Go down to the local Shell station to get it pulled out and plug the hole. Nice guy pulls out the screw and does the "bubble test" thing to test for air leak. Nothing. 

I thank him and go home in disbelief. Two days later, tire still at full pressure. How does a low profile tire (235/45/17) take a big screw right on the middle of its treads not spring a leak when removed???????


----------



## Kaz (Dec 21, 2001)

Short screw? Went in at an angle?


----------



## LA525iT (Oct 27, 2003)

Kaz said:


> Short screw? Went in at an angle?


Bout 1/4-1/2" screw went straight into the face of the tire at 90 degree angle between the treads.


----------



## James (Jun 30, 2004)

LA525iT said:


> Bout 1/4-1/2" screw went straight into the face of the tire at 90 degree angle between the treads.


 I think there is a lot of stuff between the rubber and the air. Seems to be more then 1/2" there...which is more then I would have expected. Perhaps this bladder (I know, it's not really a bladder...) is flexible as well so the screw would puncture the rubber but just push in this other stuff without going through it? :dunno:

http://www.puresportscar.com/specs/AD07-construction.jpg

James.


----------



## Kaz (Dec 21, 2001)

LA525iT said:


> Bout 1/4-1/2" screw went straight into the face of the tire at 90 degree angle between the treads.
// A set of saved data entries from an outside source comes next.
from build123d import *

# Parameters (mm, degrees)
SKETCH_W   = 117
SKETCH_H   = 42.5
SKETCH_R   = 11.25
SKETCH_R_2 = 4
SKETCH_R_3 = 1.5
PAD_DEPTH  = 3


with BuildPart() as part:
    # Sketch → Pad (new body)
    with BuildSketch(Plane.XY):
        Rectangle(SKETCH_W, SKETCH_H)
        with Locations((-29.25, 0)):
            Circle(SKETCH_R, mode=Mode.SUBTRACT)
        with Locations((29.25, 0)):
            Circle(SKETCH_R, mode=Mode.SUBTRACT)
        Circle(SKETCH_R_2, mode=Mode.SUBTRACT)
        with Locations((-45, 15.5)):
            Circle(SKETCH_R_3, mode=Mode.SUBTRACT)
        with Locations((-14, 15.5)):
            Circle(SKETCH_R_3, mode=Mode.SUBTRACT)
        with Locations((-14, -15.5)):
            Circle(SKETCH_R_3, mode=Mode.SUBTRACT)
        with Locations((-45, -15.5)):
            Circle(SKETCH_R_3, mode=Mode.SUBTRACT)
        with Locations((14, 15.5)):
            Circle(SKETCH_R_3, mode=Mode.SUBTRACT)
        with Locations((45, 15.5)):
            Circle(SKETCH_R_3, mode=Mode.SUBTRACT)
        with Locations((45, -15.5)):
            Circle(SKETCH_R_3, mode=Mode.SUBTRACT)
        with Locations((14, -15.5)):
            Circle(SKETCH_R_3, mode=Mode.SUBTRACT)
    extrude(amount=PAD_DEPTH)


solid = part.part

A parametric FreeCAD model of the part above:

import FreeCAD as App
import Part
import Sketcher
from FreeCAD import Vector
Q = App.Units.Quantity

doc = App.newDocument("Part")
body = doc.addObject("PartDesign::Body", "Body")

# Sketch on XY plane
sketch1 = body.newObject("Sketcher::SketchObject", "Sketch")
sketch1.AttachmentSupport = (doc.getObject("XY_Plane"), [""])
sketch1.MapMode = "FlatFace"
sketch1.addGeometry(Part.LineSegment(Vector(-58.5, 21.2, 0), Vector(-58.5, -21.2, 0)), False)
sketch1.addGeometry(Part.LineSegment(Vector(-58.5, -21.2, 0), Vector(58.5, -21.2, 0)), False)
sketch1.addGeometry(Part.LineSegment(Vector(58.5, -21.2, 0), Vector(58.5, 21.2, 0)), False)
sketch1.addGeometry(Part.LineSegment(Vector(58.5, 21.2, 0), Vector(-58.5, 21.2, 0)), False)
sketch1.addGeometry(Part.Circle(Vector(-45, -15.5, 0), Vector(0, 0, 1), 1.5), False)
sketch1.addGeometry(Part.Circle(Vector(-14, -15.5, 0), Vector(0, 0, 1), 1.5), False)
sketch1.addGeometry(Part.Circle(Vector(14, -15.5, 0), Vector(0, 0, 1), 1.5), False)
sketch1.addGeometry(Part.Circle(Vector(45, -15.5, 0), Vector(0, 0, 1), 1.5), False)
sketch1.addGeometry(Part.Circle(Vector(-29.2, 0, 0), Vector(0, 0, 1), 11.2), False)
sketch1.addGeometry(Part.Circle(Vector(-45, 15.5, 0), Vector(0, 0, 1), 1.5), False)
sketch1.addGeometry(Part.Circle(Vector(-14, 15.5, 0), Vector(0, 0, 1), 1.5), False)
sketch1.addGeometry(Part.Circle(Vector(0, 0, 0), Vector(0, 0, 1), 4), False)
sketch1.addGeometry(Part.Circle(Vector(29.2, 0, 0), Vector(0, 0, 1), 11.2), False)
sketch1.addGeometry(Part.Circle(Vector(14, 15.5, 0), Vector(0, 0, 1), 1.5), False)
sketch1.addGeometry(Part.Circle(Vector(45, 15.5, 0), Vector(0, 0, 1), 1.5), False)
sketch1.addConstraint(Sketcher.Constraint("Coincident", 0, 2, 1, 1))
sketch1.addConstraint(Sketcher.Constraint("Coincident", 1, 2, 2, 1))
sketch1.addConstraint(Sketcher.Constraint("Coincident", 2, 2, 3, 1))
sketch1.addConstraint(Sketcher.Constraint("Coincident", 3, 2, 0, 1))
sketch1.addConstraint(Sketcher.Constraint("Vertical", 0))
sketch1.addConstraint(Sketcher.Constraint("Horizontal", 1))
sketch1.addConstraint(Sketcher.Constraint("Vertical", 2))
sketch1.addConstraint(Sketcher.Constraint("Horizontal", 3))
sketch1.addConstraint(Sketcher.Constraint("Coincident", 11, 3, -1, 1))
sketch1.addConstraint(Sketcher.Constraint("Equal", 4, 5))
sketch1.addConstraint(Sketcher.Constraint("Equal", 5, 6))
sketch1.addConstraint(Sketcher.Constraint("Equal", 6, 7))
sketch1.addConstraint(Sketcher.Constraint("Equal", 7, 9))
sketch1.addConstraint(Sketcher.Constraint("Equal", 9, 10))
sketch1.addConstraint(Sketcher.Constraint("Equal", 8, 12))
sketch1.addConstraint(Sketcher.Constraint("Equal", 10, 13))
sketch1.addConstraint(Sketcher.Constraint("Equal", 13, 14))
sketch1.addConstraint(Sketcher.Constraint("Symmetric", 7, 3, 9, 3, -1, 1))
sketch1.addConstraint(Sketcher.Constraint("Symmetric", 6, 3, 10, 3, -1, 1))
sketch1.addConstraint(Sketcher.Constraint("Symmetric", 8, 3, 12, 3, -1, 1))
sketch1.addConstraint(Sketcher.Constraint("Symmetric", 5, 3, 13, 3, -1, 1))
sketch1.addConstraint(Sketcher.Constraint("Symmetric", 4, 3, 14, 3, -1, 1))
sketch1.addConstraint(Sketcher.Constraint("Symmetric", 0, 2, 2, 2, -1, 1))
sketch1.addConstraint(Sketcher.Constraint("Symmetric", 5, 3, 6, 3, -2))
sketch1.addConstraint(Sketcher.Constraint("Symmetric", 4, 3, 7, 3, -2))
sketch1.addConstraint(Sketcher.Constraint("PointOnObject", 8, 3, -1))
sketch1.addConstraint(Sketcher.Constraint("Horizontal", 4, 3, 5, 3))
sketch1.addConstraint(Sketcher.Constraint("Diameter", 4, Q("3 mm")))
sketch1.addConstraint(Sketcher.Constraint("Diameter", 11, Q("8 mm")))
sketch1.addConstraint(Sketcher.Constraint("Diameter", 8, Q("22.5 mm")))
sketch1.addConstraint(Sketcher.Constraint("DistanceX", 1, 1, 1, 2, Q("117 mm")))
sketch1.addConstraint(Sketcher.Constraint("DistanceY", 0, 2, 0, 1, Q("42.5 mm")))
sketch1.addConstraint(Sketcher.Constraint("DistanceX", 4, 3, -1, 1, Q("45 mm")))
sketch1.addConstraint(Sketcher.Constraint("DistanceX", 5, 3, -1, 1, Q("14 mm")))
sketch1.addConstraint(Sketcher.Constraint("DistanceY", 4, 3, 9, 3, Q("31 mm")))
sketch1.addConstraint(Sketcher.Constraint("DistanceX", 8, 3, -1, 1, Q("29.25 mm")))
pad1 = body.newObject("PartDesign::Pad", "Pad")
pad1.Profile = sketch1
pad1.Length = 3

doc.recompute()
Well, a new tire generally has 5/16" of tread, and I'd guess the carcass is another 3/16" thick or so, so even on a worn tire, 1/4" isn't going to go all the way through. And the innermost layer of the carcass probably has a bit of elasticity in it.


----------



## ObD (Dec 29, 2001)

Just lucky and the screw hit one of the steel belts.


----------



## RSPDiver (Jul 14, 2004)

I hate you! I just had to replace a rear Pilot Sport because a screw went in and went into the air chamber by about 1/16 inch!
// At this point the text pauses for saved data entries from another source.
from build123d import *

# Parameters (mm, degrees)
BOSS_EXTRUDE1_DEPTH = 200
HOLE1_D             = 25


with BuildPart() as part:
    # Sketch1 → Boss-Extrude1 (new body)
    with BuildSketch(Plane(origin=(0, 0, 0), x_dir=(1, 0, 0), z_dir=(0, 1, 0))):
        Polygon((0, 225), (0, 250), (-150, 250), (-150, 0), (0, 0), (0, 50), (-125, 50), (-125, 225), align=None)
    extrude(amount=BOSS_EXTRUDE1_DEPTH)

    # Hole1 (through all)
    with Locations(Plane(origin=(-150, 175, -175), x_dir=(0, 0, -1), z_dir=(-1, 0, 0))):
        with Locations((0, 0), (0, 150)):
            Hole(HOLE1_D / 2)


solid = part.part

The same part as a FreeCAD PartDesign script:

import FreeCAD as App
import Part
import Sketcher

V = App.Vector


def add_polygon(sketch, points):
    """Adds a closed chain of lines whose ends are joined by coincident constraints."""
    first, n = sketch.GeometryCount, len(points)
    for a, b in zip(points, points[1:] + points[:1]):
        sketch.addGeometry(Part.LineSegment(App.Vector(*a, 0), App.Vector(*b, 0)), False)
    for i in range(n):
        sketch.addConstraint(Sketcher.Constraint("Coincident", first + i, 2, first + (i + 1) % n, 1))

doc = App.newDocument("Part")
params = doc.addObject("Spreadsheet::Sheet", "Params")
for row, (alias, value) in enumerate([
    ("sketch1_width", "150 mm"),
    ("sketch1_width2", "125 mm"),
    ("sketch1_height", "25 mm"),
    ("sketch1_height2", "250 mm"),
    ("sketch1_height3", "50 mm"),
    ("pad1_length", "200 mm"),
    ("sketch2_diameter", "25 mm"),
    ("hole_diameter", "25 mm"),
], start=1):
    params.set(f"A{row}", alias)
    params.set(f"B{row}", "=" + value)
    params.setAlias(f"B{row}", alias)

body = doc.addObject("PartDesign::Body", "Body")

sketch1 = doc.addObject("Sketcher::SketchObject", "Sketch")
body.addObject(sketch1)
sketch1.AttachmentSupport = (doc.XZ_Plane, [""])
sketch1.MapMode = "FlatFace"
add_polygon(sketch1, [(0, -225), (0, -250), (-150, -250), (-150, 0), (0, 0), (0, -50), (-125, -50), (-125, -225)])
sketch1.addConstraint([
    Sketcher.Constraint("Vertical", 0),
    Sketcher.Constraint("Horizontal", 1),
    Sketcher.Constraint("Vertical", 2),
    Sketcher.Constraint("Horizontal", 3),
    Sketcher.Constraint("Vertical", 4),
    Sketcher.Constraint("Horizontal", 5),
    Sketcher.Constraint("Vertical", 6),
    Sketcher.Constraint("Horizontal", 7),
    Sketcher.Constraint("Coincident", 3, 2, -1, 1),
    Sketcher.Constraint("PointOnObject", 0, 2, -2),
    Sketcher.Constraint("DistanceX", 1, 2, 1, 1, 150.0),
    Sketcher.Constraint("DistanceX", 5, 2, 5, 1, 125.0),
    Sketcher.Constraint("DistanceY", 0, 2, 0, 1, 25.0),
    Sketcher.Constraint("DistanceY", 2, 1, 2, 2, 250.0),
    Sketcher.Constraint("DistanceY", 4, 2, 4, 1, 50.0),
])
sketch1.setExpression("Constraints[18]", "Params.sketch1_width")
sketch1.setExpression("Constraints[19]", "Params.sketch1_width2")
sketch1.setExpression("Constraints[20]", "Params.sketch1_height")
sketch1.setExpression("Constraints[21]", "Params.sketch1_height2")
sketch1.setExpression("Constraints[22]", "Params.sketch1_height3")
pad1 = doc.addObject("PartDesign::Pad", "Pad")
body.addObject(pad1)
pad1.Profile = sketch1
pad1.setExpression("Length", "Params.pad1_length")
pad1.Reversed = True

sketch2 = doc.addObject("Sketcher::SketchObject", "Sketch001")
body.addObject(sketch2)
sketch2.AttachmentSupport = (doc.YZ_Plane, [""])
sketch2.MapMode = "FlatFace"
sketch2.AttachmentOffset = App.Placement(V(0, 0, -150), App.Rotation())
sketch2.addGeometry([
    Part.Circle(V(175, -175, 0), V(0, 0, 1), 12),
    Part.Circle(V(25, -175, 0), V(0, 0, 1), 12),
], False)
sketch2.addConstraint([
    Sketcher.Constraint("Equal", 0, 1),
    Sketcher.Constraint("Horizontal", 0, 3, 1, 3),
    Sketcher.Constraint("Diameter", 0, 25.0),
    Sketcher.Constraint("DistanceX", -1, 1, 0, 3, 175.0),
    Sketcher.Constraint("DistanceY", 0, 3, -1, 1, 175.0),
    Sketcher.Constraint("DistanceX", -1, 1, 1, 3, 25.0),
])
sketch2.setExpression("Constraints[2]", "Params.sketch2_diameter")
doc.recompute()
hole = doc.addObject("PartDesign::Hole", "Hole")
body.addObject(hole)
hole.Profile = sketch2
hole.ThreadType = "None"
hole.setExpression("Diameter", "Params.hole_diameter")
hole.DepthType = "ThroughAll"
hole.Reversed = True

doc.recompute()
Seriously though, good for you!


----------



## TeamM3 (Dec 24, 2002)

are you sure the tire guy didn't hypnotize you and then say over and over "the tire will appear full of air, the tire will appear full of air, ..." :dunno:


----------



## Ajax (Feb 1, 2002)

In summary, because your are a lucky, lucky, bastard....


----------



## woohoo (May 29, 2003)

Yeah I got a nail in my Pilot Sports a while ago. It only had a few thousand miles on it too!


----------



## swchang (Oct 5, 2003)

woohoo said:


> Yeah I got a nail in my Pilot Sports a while ago. It only had a few thousand miles on it too!


That's nothing. I hit a pothole less than one month after I got my car. Blew out the sidewall on a less than 1000 mile old tire.


----------